最後に、薄い鉗子の先端を蓋の腕の穴に通し、時計回りにねじってふたを軽くします。思春期Rosa26 Cre/ERT2 Rosa26膜トマト膜GFPマウスに低用量のタモキシフェンを注射し、Rosa26膜トマト膜GFP対立遺伝子のCre媒介組換えをもたらした。マウスを1日目、3日目、および5日目に画像化し、発達中の乳腺の動的変化を追跡した。
代表的な画像は、乳腺イメージングウィンドウを通して画像化された数日間にわたる細長く枝分かれした乳管の3Dレンダリングを示しています。分岐先端と細長い枝の単一Z平面画像がここに示されている。間質内の単一細胞は、白いアスタリスクで強調表示されている。
代表的な画像は、乳房画像化窓を通して画像化されたマウスの鼠径リンパ節を示す。第2高調波発生は緑色で示されています。複数の連続した数日間にわたる成体雌E-カドヘリン膜CFPマウスの乳腺管構造の3Dレンダリング画像がここに示されている。

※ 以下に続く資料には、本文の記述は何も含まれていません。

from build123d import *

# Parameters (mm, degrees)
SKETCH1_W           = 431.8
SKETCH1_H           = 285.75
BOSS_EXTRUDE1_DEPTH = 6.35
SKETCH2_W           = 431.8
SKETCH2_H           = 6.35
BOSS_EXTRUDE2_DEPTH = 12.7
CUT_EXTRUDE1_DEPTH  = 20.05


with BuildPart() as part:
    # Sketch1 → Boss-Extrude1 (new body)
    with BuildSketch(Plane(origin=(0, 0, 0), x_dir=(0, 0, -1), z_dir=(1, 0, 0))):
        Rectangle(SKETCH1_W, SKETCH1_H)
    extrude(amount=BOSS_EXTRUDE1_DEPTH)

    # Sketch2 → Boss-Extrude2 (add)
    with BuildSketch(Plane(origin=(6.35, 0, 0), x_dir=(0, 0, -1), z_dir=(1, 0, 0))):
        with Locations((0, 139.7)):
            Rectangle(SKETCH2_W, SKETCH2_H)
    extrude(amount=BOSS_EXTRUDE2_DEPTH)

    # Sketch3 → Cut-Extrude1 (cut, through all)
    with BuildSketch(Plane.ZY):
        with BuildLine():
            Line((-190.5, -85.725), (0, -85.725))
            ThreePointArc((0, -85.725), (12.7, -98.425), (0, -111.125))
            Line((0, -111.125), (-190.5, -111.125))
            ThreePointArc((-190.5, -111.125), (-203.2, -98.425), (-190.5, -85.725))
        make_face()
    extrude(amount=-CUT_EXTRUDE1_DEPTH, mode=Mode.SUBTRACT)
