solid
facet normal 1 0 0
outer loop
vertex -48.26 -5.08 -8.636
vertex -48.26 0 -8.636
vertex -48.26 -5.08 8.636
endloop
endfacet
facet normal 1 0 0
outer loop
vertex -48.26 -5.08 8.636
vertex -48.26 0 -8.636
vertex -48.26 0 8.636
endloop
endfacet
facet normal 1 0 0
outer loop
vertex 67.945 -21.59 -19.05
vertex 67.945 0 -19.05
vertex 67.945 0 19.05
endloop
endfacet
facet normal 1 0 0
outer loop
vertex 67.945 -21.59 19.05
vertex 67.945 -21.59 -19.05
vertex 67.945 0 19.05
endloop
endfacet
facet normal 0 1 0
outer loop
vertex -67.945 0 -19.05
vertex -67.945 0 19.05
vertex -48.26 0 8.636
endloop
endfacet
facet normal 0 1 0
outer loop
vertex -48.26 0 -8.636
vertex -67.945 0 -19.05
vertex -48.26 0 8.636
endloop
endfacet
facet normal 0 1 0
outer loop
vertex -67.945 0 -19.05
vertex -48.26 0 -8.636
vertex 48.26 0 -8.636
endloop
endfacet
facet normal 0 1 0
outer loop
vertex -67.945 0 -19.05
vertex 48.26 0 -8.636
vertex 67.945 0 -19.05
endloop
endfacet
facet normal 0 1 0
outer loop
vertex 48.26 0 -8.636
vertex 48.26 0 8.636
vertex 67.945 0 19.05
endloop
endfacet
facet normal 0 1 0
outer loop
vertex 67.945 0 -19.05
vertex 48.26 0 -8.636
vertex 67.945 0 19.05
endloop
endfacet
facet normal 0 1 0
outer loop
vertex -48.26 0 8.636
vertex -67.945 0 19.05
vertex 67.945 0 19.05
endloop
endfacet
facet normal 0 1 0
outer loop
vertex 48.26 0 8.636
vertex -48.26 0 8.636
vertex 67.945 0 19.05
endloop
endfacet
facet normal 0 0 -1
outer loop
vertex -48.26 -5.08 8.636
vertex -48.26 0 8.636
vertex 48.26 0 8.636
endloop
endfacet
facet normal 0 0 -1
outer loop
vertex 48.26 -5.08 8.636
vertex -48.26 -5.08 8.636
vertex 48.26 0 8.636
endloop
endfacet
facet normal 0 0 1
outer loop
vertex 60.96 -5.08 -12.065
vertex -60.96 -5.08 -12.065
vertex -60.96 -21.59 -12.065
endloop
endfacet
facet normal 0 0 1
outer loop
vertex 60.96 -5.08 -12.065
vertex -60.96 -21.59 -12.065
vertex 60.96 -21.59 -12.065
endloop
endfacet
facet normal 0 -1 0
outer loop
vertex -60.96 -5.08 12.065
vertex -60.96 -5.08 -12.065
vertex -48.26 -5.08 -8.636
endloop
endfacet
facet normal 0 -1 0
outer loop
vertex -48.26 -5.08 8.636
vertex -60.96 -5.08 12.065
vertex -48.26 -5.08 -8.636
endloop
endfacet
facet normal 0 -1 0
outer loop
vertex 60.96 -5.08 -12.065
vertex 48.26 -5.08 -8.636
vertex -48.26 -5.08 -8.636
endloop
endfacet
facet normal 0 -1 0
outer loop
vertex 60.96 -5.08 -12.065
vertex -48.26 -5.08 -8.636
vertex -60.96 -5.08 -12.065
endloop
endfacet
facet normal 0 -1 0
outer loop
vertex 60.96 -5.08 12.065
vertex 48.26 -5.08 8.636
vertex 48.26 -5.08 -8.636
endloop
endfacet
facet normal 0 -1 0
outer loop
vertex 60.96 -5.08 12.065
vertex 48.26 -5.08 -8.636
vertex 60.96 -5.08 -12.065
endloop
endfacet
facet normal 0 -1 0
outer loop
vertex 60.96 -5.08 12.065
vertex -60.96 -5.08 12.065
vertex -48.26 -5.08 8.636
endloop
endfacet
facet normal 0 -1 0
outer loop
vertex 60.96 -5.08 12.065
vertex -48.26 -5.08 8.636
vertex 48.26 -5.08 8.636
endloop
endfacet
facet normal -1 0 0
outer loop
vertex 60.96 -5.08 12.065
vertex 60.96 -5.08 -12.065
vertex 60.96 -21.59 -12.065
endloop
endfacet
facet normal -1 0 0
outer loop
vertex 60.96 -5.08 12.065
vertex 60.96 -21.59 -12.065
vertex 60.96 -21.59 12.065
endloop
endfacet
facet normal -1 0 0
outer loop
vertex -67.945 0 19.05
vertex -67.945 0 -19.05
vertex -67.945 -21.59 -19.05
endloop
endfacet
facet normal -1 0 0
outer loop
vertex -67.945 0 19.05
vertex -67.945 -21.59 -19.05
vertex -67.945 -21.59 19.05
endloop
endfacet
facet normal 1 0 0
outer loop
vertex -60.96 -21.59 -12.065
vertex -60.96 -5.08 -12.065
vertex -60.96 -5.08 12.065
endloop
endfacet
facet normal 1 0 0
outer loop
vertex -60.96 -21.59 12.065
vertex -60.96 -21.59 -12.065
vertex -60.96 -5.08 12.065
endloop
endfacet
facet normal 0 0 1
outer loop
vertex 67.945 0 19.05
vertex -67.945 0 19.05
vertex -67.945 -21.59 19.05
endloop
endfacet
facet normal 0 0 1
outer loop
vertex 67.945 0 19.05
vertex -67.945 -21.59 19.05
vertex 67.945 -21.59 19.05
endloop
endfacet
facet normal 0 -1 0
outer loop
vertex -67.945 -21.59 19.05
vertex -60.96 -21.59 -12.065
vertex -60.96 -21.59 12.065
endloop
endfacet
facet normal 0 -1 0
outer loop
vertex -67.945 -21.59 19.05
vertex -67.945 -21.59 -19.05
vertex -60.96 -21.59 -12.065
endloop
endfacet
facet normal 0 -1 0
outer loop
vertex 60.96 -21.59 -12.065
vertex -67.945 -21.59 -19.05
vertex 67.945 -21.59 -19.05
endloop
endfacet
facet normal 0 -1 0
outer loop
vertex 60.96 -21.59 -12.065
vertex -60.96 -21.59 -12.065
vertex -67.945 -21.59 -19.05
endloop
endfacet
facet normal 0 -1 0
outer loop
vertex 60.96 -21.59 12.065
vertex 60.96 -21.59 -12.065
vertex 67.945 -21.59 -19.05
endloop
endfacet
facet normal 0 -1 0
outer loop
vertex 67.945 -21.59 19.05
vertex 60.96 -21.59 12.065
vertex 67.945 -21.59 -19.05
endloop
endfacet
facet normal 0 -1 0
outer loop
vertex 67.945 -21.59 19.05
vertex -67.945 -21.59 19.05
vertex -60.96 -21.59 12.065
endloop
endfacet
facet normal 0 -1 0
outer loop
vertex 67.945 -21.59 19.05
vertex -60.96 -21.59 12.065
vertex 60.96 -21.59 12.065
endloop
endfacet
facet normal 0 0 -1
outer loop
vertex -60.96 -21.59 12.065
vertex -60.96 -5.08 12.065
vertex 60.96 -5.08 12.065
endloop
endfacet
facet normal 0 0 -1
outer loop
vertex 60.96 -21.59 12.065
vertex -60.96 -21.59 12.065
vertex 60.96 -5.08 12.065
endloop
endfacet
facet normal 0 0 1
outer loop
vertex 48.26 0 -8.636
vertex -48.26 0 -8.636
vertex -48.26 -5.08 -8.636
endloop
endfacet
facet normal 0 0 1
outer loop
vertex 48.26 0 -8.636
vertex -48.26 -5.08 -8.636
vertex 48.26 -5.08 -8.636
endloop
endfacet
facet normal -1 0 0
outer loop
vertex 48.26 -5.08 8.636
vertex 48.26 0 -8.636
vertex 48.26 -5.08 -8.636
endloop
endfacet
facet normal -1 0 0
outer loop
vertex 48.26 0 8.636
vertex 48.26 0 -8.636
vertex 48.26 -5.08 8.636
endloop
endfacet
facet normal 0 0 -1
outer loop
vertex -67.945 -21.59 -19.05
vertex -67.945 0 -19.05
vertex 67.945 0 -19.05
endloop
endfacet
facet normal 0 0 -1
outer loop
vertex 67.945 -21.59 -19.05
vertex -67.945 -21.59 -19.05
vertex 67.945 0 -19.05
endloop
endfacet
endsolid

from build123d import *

# Parameters (mm, degrees)
F0_W     = 121.92
F0_H     = 24.13
F0_W_2   = 96.52
F0_H_2   = 17.272
F1_DEPTH = 5.08
F2_W     = 135.89
F2_H     = 38.1
F2_W_2   = 121.92
F2_H_2   = 24.13
F3_DEPTH = 21.59


with BuildPart() as f1:
    # F0 (on Front) → F1 (new body)
    with BuildSketch(Plane.XZ):
        Rectangle(F0_W, F0_H)
        Rectangle(F0_W_2, F0_H_2, mode=Mode.SUBTRACT)
    extrude(amount=F1_DEPTH)

    # F2 (on Front) → F3 (join)
    with BuildSketch(Plane.XZ):
        Rectangle(F2_W, F2_H)
        Rectangle(F2_W_2, F2_H_2, mode=Mode.SUBTRACT)
    extrude(amount=F3_DEPTH)


solid = f1.part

コラーゲンIパターンは、同じROIをたどるために使用され、E-カドヘリン膜CFPシグナルは、乳管細胞をマークするために使用された。キクメ緑赤色マウスは、紫色光に曝す前後0日目に画像化した。イメージングセッションは、変換後2日目、6日目、および10日目に繰り返されました。

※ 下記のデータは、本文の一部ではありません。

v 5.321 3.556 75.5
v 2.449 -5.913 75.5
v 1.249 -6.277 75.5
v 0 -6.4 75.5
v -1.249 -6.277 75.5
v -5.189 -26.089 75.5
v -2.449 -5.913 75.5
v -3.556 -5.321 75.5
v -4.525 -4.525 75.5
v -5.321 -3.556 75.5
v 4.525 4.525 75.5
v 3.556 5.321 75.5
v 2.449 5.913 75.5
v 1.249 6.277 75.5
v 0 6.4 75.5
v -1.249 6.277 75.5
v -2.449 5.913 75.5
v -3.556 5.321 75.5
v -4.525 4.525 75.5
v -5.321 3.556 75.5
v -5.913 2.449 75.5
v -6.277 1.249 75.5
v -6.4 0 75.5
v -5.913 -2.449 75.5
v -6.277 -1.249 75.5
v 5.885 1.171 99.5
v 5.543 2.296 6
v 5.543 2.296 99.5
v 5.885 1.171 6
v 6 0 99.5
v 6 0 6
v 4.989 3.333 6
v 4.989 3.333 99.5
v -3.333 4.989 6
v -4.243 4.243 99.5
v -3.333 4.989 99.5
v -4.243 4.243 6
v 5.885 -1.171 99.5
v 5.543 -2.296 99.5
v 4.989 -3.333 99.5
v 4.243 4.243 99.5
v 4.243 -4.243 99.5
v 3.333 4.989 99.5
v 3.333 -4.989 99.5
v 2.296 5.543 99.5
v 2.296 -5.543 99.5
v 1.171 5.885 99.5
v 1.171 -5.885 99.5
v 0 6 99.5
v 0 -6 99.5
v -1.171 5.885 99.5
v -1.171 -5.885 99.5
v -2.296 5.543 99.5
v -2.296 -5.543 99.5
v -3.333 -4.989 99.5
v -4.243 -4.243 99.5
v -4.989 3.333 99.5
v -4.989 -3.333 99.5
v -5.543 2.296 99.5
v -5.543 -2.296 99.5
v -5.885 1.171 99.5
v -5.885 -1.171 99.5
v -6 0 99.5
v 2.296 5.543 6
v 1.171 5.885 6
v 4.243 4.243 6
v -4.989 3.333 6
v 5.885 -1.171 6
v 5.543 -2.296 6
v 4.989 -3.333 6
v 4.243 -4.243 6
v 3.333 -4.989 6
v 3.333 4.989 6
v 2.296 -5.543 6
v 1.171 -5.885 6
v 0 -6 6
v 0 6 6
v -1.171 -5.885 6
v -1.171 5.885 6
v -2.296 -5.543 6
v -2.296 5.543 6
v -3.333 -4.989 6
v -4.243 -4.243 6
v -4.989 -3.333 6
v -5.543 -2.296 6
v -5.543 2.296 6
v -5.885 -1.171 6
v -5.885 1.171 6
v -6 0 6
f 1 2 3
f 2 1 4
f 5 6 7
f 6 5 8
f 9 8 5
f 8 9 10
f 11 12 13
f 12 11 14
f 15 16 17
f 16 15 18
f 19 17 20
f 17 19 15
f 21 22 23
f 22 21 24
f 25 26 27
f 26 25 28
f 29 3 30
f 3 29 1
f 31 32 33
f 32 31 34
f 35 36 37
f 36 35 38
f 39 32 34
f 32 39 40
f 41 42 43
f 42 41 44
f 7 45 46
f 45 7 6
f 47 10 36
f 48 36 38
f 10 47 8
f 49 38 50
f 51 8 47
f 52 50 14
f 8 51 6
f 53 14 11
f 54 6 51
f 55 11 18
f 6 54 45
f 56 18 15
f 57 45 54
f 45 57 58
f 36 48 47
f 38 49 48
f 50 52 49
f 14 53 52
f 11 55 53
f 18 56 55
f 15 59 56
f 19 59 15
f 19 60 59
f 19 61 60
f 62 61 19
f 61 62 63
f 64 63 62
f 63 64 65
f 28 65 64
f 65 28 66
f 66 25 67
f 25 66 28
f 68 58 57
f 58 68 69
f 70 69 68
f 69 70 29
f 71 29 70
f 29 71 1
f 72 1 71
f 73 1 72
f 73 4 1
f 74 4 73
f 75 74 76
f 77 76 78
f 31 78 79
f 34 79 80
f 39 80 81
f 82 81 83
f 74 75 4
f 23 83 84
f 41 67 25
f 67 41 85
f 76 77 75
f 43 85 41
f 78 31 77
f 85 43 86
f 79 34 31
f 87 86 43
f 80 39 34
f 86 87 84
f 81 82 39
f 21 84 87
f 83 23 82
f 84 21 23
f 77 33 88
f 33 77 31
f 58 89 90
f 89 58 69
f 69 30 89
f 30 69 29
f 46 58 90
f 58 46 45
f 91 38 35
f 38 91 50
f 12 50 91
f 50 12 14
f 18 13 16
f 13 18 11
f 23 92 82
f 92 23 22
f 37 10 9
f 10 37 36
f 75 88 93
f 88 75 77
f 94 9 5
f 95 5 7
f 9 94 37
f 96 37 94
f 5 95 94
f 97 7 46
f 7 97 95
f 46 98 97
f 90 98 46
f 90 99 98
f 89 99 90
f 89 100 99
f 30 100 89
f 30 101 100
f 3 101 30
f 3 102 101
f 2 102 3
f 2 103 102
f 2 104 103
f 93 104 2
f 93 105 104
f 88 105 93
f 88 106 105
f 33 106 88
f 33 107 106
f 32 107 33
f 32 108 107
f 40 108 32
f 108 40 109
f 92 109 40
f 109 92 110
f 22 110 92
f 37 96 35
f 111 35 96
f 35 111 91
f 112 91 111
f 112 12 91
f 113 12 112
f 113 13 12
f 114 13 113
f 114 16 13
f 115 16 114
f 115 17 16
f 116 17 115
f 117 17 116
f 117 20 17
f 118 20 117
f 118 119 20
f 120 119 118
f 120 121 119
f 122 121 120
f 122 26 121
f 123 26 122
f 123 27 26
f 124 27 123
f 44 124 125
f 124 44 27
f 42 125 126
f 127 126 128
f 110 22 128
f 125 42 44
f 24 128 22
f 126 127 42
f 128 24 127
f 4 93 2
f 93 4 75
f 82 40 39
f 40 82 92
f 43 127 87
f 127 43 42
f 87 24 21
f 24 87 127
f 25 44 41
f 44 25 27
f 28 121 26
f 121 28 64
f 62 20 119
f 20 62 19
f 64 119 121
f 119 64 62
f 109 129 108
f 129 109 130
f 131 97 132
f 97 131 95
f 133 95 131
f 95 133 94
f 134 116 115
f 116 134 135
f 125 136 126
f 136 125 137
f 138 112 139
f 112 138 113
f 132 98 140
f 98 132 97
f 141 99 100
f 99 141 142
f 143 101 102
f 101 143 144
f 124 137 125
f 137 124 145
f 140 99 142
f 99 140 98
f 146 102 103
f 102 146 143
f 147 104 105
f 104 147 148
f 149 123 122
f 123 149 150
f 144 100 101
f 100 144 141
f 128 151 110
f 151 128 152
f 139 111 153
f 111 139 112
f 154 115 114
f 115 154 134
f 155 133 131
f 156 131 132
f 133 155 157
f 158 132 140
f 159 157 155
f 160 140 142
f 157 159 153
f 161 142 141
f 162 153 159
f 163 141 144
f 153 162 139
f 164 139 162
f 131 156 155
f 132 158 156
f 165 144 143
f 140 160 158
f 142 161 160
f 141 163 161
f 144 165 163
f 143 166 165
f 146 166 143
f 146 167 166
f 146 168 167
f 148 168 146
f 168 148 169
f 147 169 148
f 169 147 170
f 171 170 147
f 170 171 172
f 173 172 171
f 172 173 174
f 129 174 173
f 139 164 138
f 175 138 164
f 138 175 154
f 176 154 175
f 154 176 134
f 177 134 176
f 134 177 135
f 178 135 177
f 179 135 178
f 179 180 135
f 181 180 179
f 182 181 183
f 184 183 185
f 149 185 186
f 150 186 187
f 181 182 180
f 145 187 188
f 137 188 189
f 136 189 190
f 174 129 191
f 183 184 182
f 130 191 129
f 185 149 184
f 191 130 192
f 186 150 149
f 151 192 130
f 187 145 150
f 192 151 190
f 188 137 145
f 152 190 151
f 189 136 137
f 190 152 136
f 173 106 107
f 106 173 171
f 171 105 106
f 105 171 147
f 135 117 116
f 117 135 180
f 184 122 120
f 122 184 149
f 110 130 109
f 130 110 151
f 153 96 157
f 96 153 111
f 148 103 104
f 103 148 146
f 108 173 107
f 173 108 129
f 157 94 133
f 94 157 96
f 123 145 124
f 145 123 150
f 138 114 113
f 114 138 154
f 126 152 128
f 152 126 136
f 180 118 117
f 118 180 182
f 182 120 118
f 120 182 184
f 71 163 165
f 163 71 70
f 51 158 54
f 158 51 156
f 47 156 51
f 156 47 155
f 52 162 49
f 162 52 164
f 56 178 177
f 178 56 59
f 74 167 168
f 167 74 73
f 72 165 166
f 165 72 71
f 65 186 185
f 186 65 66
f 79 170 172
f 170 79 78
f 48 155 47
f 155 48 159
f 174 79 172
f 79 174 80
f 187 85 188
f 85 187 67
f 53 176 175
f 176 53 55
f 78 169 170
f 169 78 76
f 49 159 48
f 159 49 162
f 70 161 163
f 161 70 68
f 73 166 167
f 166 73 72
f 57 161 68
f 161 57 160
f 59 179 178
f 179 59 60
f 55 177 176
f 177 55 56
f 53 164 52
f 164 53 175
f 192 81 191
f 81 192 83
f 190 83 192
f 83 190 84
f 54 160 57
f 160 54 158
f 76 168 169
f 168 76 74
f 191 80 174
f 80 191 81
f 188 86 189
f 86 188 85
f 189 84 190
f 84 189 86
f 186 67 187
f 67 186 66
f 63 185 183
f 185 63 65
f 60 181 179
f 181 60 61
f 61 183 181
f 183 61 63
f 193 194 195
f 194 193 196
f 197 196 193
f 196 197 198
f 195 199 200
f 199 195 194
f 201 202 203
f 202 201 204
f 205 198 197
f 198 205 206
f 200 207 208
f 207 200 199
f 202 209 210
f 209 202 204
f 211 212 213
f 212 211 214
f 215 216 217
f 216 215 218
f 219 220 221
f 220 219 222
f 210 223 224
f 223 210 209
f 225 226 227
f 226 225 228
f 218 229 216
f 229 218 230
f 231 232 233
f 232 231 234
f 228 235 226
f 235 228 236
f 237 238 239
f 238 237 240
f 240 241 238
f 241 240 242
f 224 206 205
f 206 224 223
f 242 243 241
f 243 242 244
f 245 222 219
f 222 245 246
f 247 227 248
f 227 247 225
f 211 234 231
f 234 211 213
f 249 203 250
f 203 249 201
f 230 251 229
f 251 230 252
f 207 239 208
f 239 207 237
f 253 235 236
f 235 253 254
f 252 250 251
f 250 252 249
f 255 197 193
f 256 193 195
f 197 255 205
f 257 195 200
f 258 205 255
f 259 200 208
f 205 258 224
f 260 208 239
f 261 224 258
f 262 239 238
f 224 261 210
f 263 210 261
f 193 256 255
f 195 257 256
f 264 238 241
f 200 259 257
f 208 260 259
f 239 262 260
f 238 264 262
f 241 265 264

乳腺の同じ領域を、乳腺画像化窓を通して10日間画像化した。より小さな領域は零日目に光変換され、時間の経過とともにキクメ赤色信号の同様の希釈速度を示し、上皮全体で等しい代謝回転速度を示した。示された領域のズーム画像は、光変換後6日目および10日目に細胞レベルで増殖性不均一性を示す。
光変換後10日目に異なる細胞の赤と緑の比を定量化すると、同じ乳管微小環境内のいくつかの細胞の希釈率が高度に変動することが明らかになった。この手順の重要なステップは、イメージングセッションの間に蓋を開けることです。ウィンドウのこのユニークな特徴は、イメージング条件を改善し、組織の縦方向イメージングを可能にします。
交換可能な蓋を備えた乳房イメージングウィンドウは、マウス乳腺における腫瘍の開始および進行の分野におけるin vivo、速効性薬物検査およびスクリーニングに関する新しい質問を容易にする。